_INFORMATION SHOWN_.
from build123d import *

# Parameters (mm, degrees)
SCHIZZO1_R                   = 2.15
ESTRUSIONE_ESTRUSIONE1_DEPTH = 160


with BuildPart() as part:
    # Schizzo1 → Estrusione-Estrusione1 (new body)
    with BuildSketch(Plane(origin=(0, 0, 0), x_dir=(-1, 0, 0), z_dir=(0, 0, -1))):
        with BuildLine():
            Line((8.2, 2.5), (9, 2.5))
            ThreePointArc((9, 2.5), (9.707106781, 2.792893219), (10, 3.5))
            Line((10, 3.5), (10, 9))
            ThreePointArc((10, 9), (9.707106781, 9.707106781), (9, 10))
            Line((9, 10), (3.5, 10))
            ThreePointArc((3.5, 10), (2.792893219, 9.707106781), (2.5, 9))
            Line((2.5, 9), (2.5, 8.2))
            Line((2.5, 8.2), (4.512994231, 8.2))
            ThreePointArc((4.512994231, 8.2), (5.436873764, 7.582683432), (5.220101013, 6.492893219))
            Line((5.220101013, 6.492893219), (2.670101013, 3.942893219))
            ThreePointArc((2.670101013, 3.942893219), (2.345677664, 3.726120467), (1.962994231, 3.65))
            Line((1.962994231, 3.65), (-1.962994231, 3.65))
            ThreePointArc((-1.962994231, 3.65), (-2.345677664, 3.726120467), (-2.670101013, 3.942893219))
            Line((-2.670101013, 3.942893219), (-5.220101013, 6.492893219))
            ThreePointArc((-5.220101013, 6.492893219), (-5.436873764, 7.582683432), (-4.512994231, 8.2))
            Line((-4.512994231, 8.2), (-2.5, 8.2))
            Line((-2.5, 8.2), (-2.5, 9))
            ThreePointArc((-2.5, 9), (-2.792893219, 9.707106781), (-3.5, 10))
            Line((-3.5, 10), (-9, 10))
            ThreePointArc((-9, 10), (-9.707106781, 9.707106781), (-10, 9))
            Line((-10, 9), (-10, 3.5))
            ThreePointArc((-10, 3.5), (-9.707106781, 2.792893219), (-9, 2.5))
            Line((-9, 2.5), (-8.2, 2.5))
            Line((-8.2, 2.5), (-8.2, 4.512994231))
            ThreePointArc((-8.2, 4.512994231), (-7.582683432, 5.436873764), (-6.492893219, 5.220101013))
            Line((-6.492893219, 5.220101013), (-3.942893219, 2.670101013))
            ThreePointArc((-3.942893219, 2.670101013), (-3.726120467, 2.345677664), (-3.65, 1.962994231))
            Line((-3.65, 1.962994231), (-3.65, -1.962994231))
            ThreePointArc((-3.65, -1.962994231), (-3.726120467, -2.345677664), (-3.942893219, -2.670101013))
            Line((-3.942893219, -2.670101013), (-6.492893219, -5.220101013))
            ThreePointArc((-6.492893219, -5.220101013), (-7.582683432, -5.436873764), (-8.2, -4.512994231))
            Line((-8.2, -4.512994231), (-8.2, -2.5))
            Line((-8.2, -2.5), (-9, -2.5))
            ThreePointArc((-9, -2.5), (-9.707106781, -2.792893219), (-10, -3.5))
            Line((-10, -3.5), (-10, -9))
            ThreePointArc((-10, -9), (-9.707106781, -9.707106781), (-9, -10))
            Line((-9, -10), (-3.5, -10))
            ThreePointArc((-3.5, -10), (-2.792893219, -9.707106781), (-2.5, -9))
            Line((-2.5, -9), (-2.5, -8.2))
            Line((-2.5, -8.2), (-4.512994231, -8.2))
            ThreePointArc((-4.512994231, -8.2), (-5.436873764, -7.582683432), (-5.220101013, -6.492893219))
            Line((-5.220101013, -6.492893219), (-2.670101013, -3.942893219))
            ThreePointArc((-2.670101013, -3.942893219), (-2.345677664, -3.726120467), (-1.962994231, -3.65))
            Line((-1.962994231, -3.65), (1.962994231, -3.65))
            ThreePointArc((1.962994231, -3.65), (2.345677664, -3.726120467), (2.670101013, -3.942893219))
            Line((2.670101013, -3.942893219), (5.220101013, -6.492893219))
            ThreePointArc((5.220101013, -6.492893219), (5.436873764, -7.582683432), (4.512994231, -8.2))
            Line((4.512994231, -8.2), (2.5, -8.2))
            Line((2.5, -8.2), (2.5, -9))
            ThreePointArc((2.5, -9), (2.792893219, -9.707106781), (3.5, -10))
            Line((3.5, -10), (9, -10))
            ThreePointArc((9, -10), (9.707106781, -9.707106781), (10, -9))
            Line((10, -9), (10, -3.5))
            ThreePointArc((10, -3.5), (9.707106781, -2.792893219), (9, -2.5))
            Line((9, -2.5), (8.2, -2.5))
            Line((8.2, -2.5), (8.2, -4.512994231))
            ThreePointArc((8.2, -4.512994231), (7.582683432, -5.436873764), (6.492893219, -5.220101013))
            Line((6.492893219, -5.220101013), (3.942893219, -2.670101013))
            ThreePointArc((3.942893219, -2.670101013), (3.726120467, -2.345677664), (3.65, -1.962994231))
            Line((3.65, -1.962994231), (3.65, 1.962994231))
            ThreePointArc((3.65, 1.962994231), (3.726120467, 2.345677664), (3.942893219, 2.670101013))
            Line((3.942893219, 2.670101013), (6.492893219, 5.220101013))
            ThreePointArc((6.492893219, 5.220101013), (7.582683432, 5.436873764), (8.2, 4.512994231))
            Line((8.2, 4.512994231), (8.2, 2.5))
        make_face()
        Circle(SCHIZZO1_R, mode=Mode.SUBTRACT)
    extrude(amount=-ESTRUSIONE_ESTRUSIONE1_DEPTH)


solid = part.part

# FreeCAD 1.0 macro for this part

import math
import FreeCAD as App
import Part
import Sketcher

doc = App.newDocument("Part")
body = doc.addObject("PartDesign::Body", "Body")

sketch1 = body.newObject("Sketcher::SketchObject", "Sketch")
sketch1.AttachmentSupport = (doc.getObject("XY_Plane"), [""])
sketch1.MapMode = "FlatFace"
sketch1.addGeometry(Part.LineSegment(App.Vector(-8.2, 2.5, 0), App.Vector(-9, 2.5, 0)), False)
sketch1.addGeometry(Part.ArcOfCircle(Part.Circle(App.Vector(-9, 3.5, 0), App.Vector(0, 0, 1), 1), math.radians(-180), math.radians(-90)), False)
sketch1.addGeometry(Part.LineSegment(App.Vector(-10, 3.5, 0), App.Vector(-10, 9, 0)), False)
sketch1.addGeometry(Part.ArcOfCircle(Part.Circle(App.Vector(-9, 9, 0), App.Vector(0, 0, 1), 1), math.radians(90), math.radians(180)), False)
sketch1.addGeometry(Part.LineSegment(App.Vector(-9, 10, 0), App.Vector(-3.5, 10, 0)), False)
sketch1.addGeometry(Part.ArcOfCircle(Part.Circle(App.Vector(-3.5, 9, 0), App.Vector(0, 0, 1), 1), math.radians(0), math.radians(90)), False)
sketch1.addGeometry(Part.LineSegment(App.Vector(-2.5, 9, 0), App.Vector(-2.5, 8.2, 0)), False)
sketch1.addGeometry(Part.LineSegment(App.Vector(-2.5, 8.2, 0), App.Vector(-4.512994, 8.2, 0)), False)
sketch1.addGeometry(Part.ArcOfCircle(Part.Circle(App.Vector(-4.512994, 7.2, 0), App.Vector(0, 0, 1), 1), math.radians(90), math.radians(225)), False)
sketch1.addGeometry(Part.LineSegment(App.Vector(-5.220101, 6.492893, 0), App.Vector(-2.670101, 3.942893, 0)), False)
sketch1.addGeometry(Part.ArcOfCircle(Part.Circle(App.Vector(-1.962994, 4.65, 0), App.Vector(0, 0, 1), 1), math.radians(-135), math.radians(-90)), False)
sketch1.addGeometry(Part.LineSegment(App.Vector(-1.962994, 3.65, 0), App.Vector(1.962994, 3.65, 0)), False)
sketch1.addGeometry(Part.ArcOfCircle(Part.Circle(App.Vector(1.962994, 4.65, 0), App.Vector(0, 0, 1), 1), math.radians(-90), math.radians(-45)), False)
sketch1.addGeometry(Part.LineSegment(App.Vector(2.670101, 3.942893, 0), App.Vector(5.220101, 6.492893, 0)), False)
sketch1.addGeometry(Part.ArcOfCircle(Part.Circle(App.Vector(4.512994, 7.2, 0), App.Vector(0, 0, 1), 1), math.radians(-45), math.radians(90)), False)
sketch1.addGeometry(Part.LineSegment(App.Vector(4.512994, 8.2, 0), App.Vector(2.5, 8.2, 0)), False)
sketch1.addGeometry(Part.LineSegment(App.Vector(2.5, 8.2, 0), App.Vector(2.5, 9, 0)), False)
sketch1.addGeometry(Part.ArcOfCircle(Part.Circle(App.Vector(3.5, 9, 0), App.Vector(0, 0, 1), 1), math.radians(90), math.radians(180)), False)
sketch1.addGeometry(Part.LineSegment(App.Vector(3.5, 10, 0), App.Vector(9, 10, 0)), False)
sketch1.addGeometry(Part.ArcOfCircle(Part.Circle(App.Vector(9, 9, 0), App.Vector(0, 0, 1), 1), math.radians(0), math.radians(90)), False)
sketch1.addGeometry(Part.LineSegment(App.Vector(10, 9, 0), App.Vector(10, 3.5, 0)), False)
sketch1.addGeometry(Part.ArcOfCircle(Part.Circle(App.Vector(9, 3.5, 0), App.Vector(0, 0, 1), 1), math.radians(-90), math.radians(0)), False)
sketch1.addGeometry(Part.LineSegment(App.Vector(9, 2.5, 0), App.Vector(8.2, 2.5, 0)), False)
sketch1.addGeometry(Part.LineSegment(App.Vector(8.2, 2.5, 0), App.Vector(8.2, 4.512994, 0)), False)
sketch1.addGeometry(Part.ArcOfCircle(Part.Circle(App.Vector(7.2, 4.512994, 0), App.Vector(0, 0, 1), 1), math.radians(0), math.radians(135)), False)
sketch1.addGeometry(Part.LineSegment(App.Vector(6.492893, 5.220101, 0), App.Vector(3.942893, 2.670101, 0)), False)
sketch1.addGeometry(Part.ArcOfCircle(Part.Circle(App.Vector(4.65, 1.962994, 0), App.Vector(0, 0, 1), 1), math.radians(135), math.radians(180)), False)
sketch1.addGeometry(Part.LineSegment(App.Vector(3.65, 1.962994, 0), App.Vector(3.65, -1.962994, 0)), False)
sketch1.addGeometry(Part.ArcOfCircle(Part.Circle(App.Vector(4.65, -1.962994, 0), App.Vector(0, 0, 1), 1), math.radians(180), math.radians(225)), False)
sketch1.addGeometry(Part.LineSegment(App.Vector(3.942893, -2.670101, 0), App.Vector(6.492893, -5.220101, 0)), False)
sketch1.addGeometry(Part.ArcOfCircle(Part.Circle(App.Vector(7.2, -4.512994, 0), App.Vector(0, 0, 1), 1), math.radians(-135), math.radians(0)), False)
sketch1.addGeometry(Part.LineSegment(App.Vector(8.2, -4.512994, 0), App.Vector(8.2, -2.5, 0)), False)
sketch1.addGeometry(Part.LineSegment(App.Vector(8.2, -2.5, 0), App.Vector(9, -2.5, 0)), False)
sketch1.addGeometry(Part.ArcOfCircle(Part.Circle(App.Vector(9, -3.5, 0), App.Vector(0, 0, 1), 1), math.radians(0), math.radians(90)), False)
sketch1.addGeometry(Part.LineSegment(App.Vector(10, -3.5, 0), App.Vector(10, -9, 0)), False)
sketch1.addGeometry(Part.ArcOfCircle(Part.Circle(App.Vector(9, -9, 0), App.Vector(0, 0, 1), 1), math.radians(-90), math.radians(0)), False)
sketch1.addGeometry(Part.LineSegment(App.Vector(9, -10, 0), App.Vector(3.5, -10, 0)), False)
sketch1.addGeometry(Part.ArcOfCircle(Part.Circle(App.Vector(3.5, -9, 0), App.Vector(0, 0, 1), 1), math.radians(-180), math.radians(-90)), False)
sketch1.addGeometry(Part.LineSegment(App.Vector(2.5, -9, 0), App.Vector(2.5, -8.2, 0)), False)
sketch1.addGeometry(Part.LineSegment(App.Vector(2.5, -8.2, 0), App.Vector(4.512994, -8.2, 0)), False)
sketch1.addGeometry(Part.ArcOfCircle(Part.Circle(App.Vector(4.512994, -7.2, 0), App.Vector(0, 0, 1), 1), math.radians(-90), math.radians(45)), False)
sketch1.addGeometry(Part.LineSegment(App.Vector(5.220101, -6.492893, 0), App.Vector(2.670101, -3.942893, 0)), False)
sketch1.addGeometry(Part.ArcOfCircle(Part.Circle(App.Vector(1.962994, -4.65, 0), App.Vector(0, 0, 1), 1), math.radians(45), math.radians(90)), False)
sketch1.addGeometry(Part.LineSegment(App.Vector(1.962994, -3.65, 0), App.Vector(-1.962994, -3.65, 0)), False)
sketch1.addGeometry(Part.ArcOfCircle(Part.Circle(App.Vector(-1.962994, -4.65, 0), App.Vector(0, 0, 1), 1), math.radians(90), math.radians(135)), False)
sketch1.addGeometry(Part.LineSegment(App.Vector(-2.670101, -3.942893, 0), App.Vector(-5.220101, -6.492893, 0)), False)
sketch1.addGeometry(Part.ArcOfCircle(Part.Circle(App.Vector(-4.512994, -7.2, 0), App.Vector(0, 0, 1), 1), math.radians(135), math.radians(270)), False)
sketch1.addGeometry(Part.LineSegment(App.Vector(-4.512994, -8.2, 0), App.Vector(-2.5, -8.2, 0)), False)
sketch1.addGeometry(Part.LineSegment(App.Vector(-2.5, -8.2, 0), App.Vector(-2.5, -9, 0)), False)
sketch1.addGeometry(Part.ArcOfCircle(Part.Circle(App.Vector(-3.5, -9, 0), App.Vector(0, 0, 1), 1), math.radians(-90), math.radians(0)), False)
sketch1.addGeometry(Part.LineSegment(App.Vector(-3.5, -10, 0), App.Vector(-9, -10, 0)), False)
sketch1.addGeometry(Part.ArcOfCircle(Part.Circle(App.Vector(-9, -9, 0), App.Vector(0, 0, 1), 1), math.radians(-180), math.radians(-90)), False)
sketch1.addGeometry(Part.LineSegment(App.Vector(-10, -9, 0), App.Vector(-10, -3.5, 0)), False)
sketch1.addGeometry(Part.ArcOfCircle(Part.Circle(App.Vector(-9, -3.5, 0), App.Vector(0, 0, 1), 1), math.radians(90), math.radians(180)), False)
sketch1.addGeometry(Part.LineSegment(App.Vector(-9, -2.5, 0), App.Vector(-8.2, -2.5, 0)), False)
sketch1.addGeometry(Part.LineSegment(App.Vector(-8.2, -2.5, 0), App.Vector(-8.2, -4.512994, 0)), False)
sketch1.addGeometry(Part.ArcOfCircle(Part.Circle(App.Vector(-7.2, -4.512994, 0), App.Vector(0, 0, 1), 1), math.radians(180), math.radians(315)), False)
sketch1.addGeometry(Part.LineSegment(App.Vector(-6.492893, -5.220101, 0), App.Vector(-3.942893, -2.670101, 0)), False)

_EXERCISE DESCRIPTION_. What do the lines above say from the one containing "Line((1.962994231, 3.65), (-1.962994231, 3.65))" down to the one containing "Line((-5.220101013, -6.492893219), (-2.670101013, -3.942893219))"? Return them exactly, both end lines included, and only them.

_OUTPUT_.
            Line((1.962994231, 3.65), (-1.962994231, 3.65))
            ThreePointArc((-1.962994231, 3.65), (-2.345677664, 3.726120467), (-2.670101013, 3.942893219))
            Line((-2.670101013, 3.942893219), (-5.220101013, 6.492893219))
            ThreePointArc((-5.220101013, 6.492893219), (-5.436873764, 7.582683432), (-4.512994231, 8.2))
            Line((-4.512994231, 8.2), (-2.5, 8.2))
            Line((-2.5, 8.2), (-2.5, 9))
            ThreePointArc((-2.5, 9), (-2.792893219, 9.707106781), (-3.5, 10))
            Line((-3.5, 10), (-9, 10))
            ThreePointArc((-9, 10), (-9.707106781, 9.707106781), (-10, 9))
            Line((-10, 9), (-10, 3.5))
            ThreePointArc((-10, 3.5), (-9.707106781, 2.792893219), (-9, 2.5))
            Line((-9, 2.5), (-8.2, 2.5))
            Line((-8.2, 2.5), (-8.2, 4.512994231))
            ThreePointArc((-8.2, 4.512994231), (-7.582683432, 5.436873764), (-6.492893219, 5.220101013))
            Line((-6.492893219, 5.220101013), (-3.942893219, 2.670101013))
            ThreePointArc((-3.942893219, 2.670101013), (-3.726120467, 2.345677664), (-3.65, 1.962994231))
            Line((-3.65, 1.962994231), (-3.65, -1.962994231))
            ThreePointArc((-3.65, -1.962994231), (-3.726120467, -2.345677664), (-3.942893219, -2.670101013))
            Line((-3.942893219, -2.670101013), (-6.492893219, -5.220101013))
            ThreePointArc((-6.492893219, -5.220101013), (-7.582683432, -5.436873764), (-8.2, -4.512994231))
            Line((-8.2, -4.512994231), (-8.2, -2.5))
            Line((-8.2, -2.5), (-9, -2.5))
            ThreePointArc((-9, -2.5), (-9.707106781, -2.792893219), (-10, -3.5))
            Line((-10, -3.5), (-10, -9))
            ThreePointArc((-10, -9), (-9.707106781, -9.707106781), (-9, -10))
            Line((-9, -10), (-3.5, -10))
            ThreePointArc((-3.5, -10), (-2.792893219, -9.707106781), (-2.5, -9))
            Line((-2.5, -9), (-2.5, -8.2))
            Line((-2.5, -8.2), (-4.512994231, -8.2))
            ThreePointArc((-4.512994231, -8.2), (-5.436873764, -7.582683432), (-5.220101013, -6.492893219))
            Line((-5.220101013, -6.492893219), (-2.670101013, -3.942893219))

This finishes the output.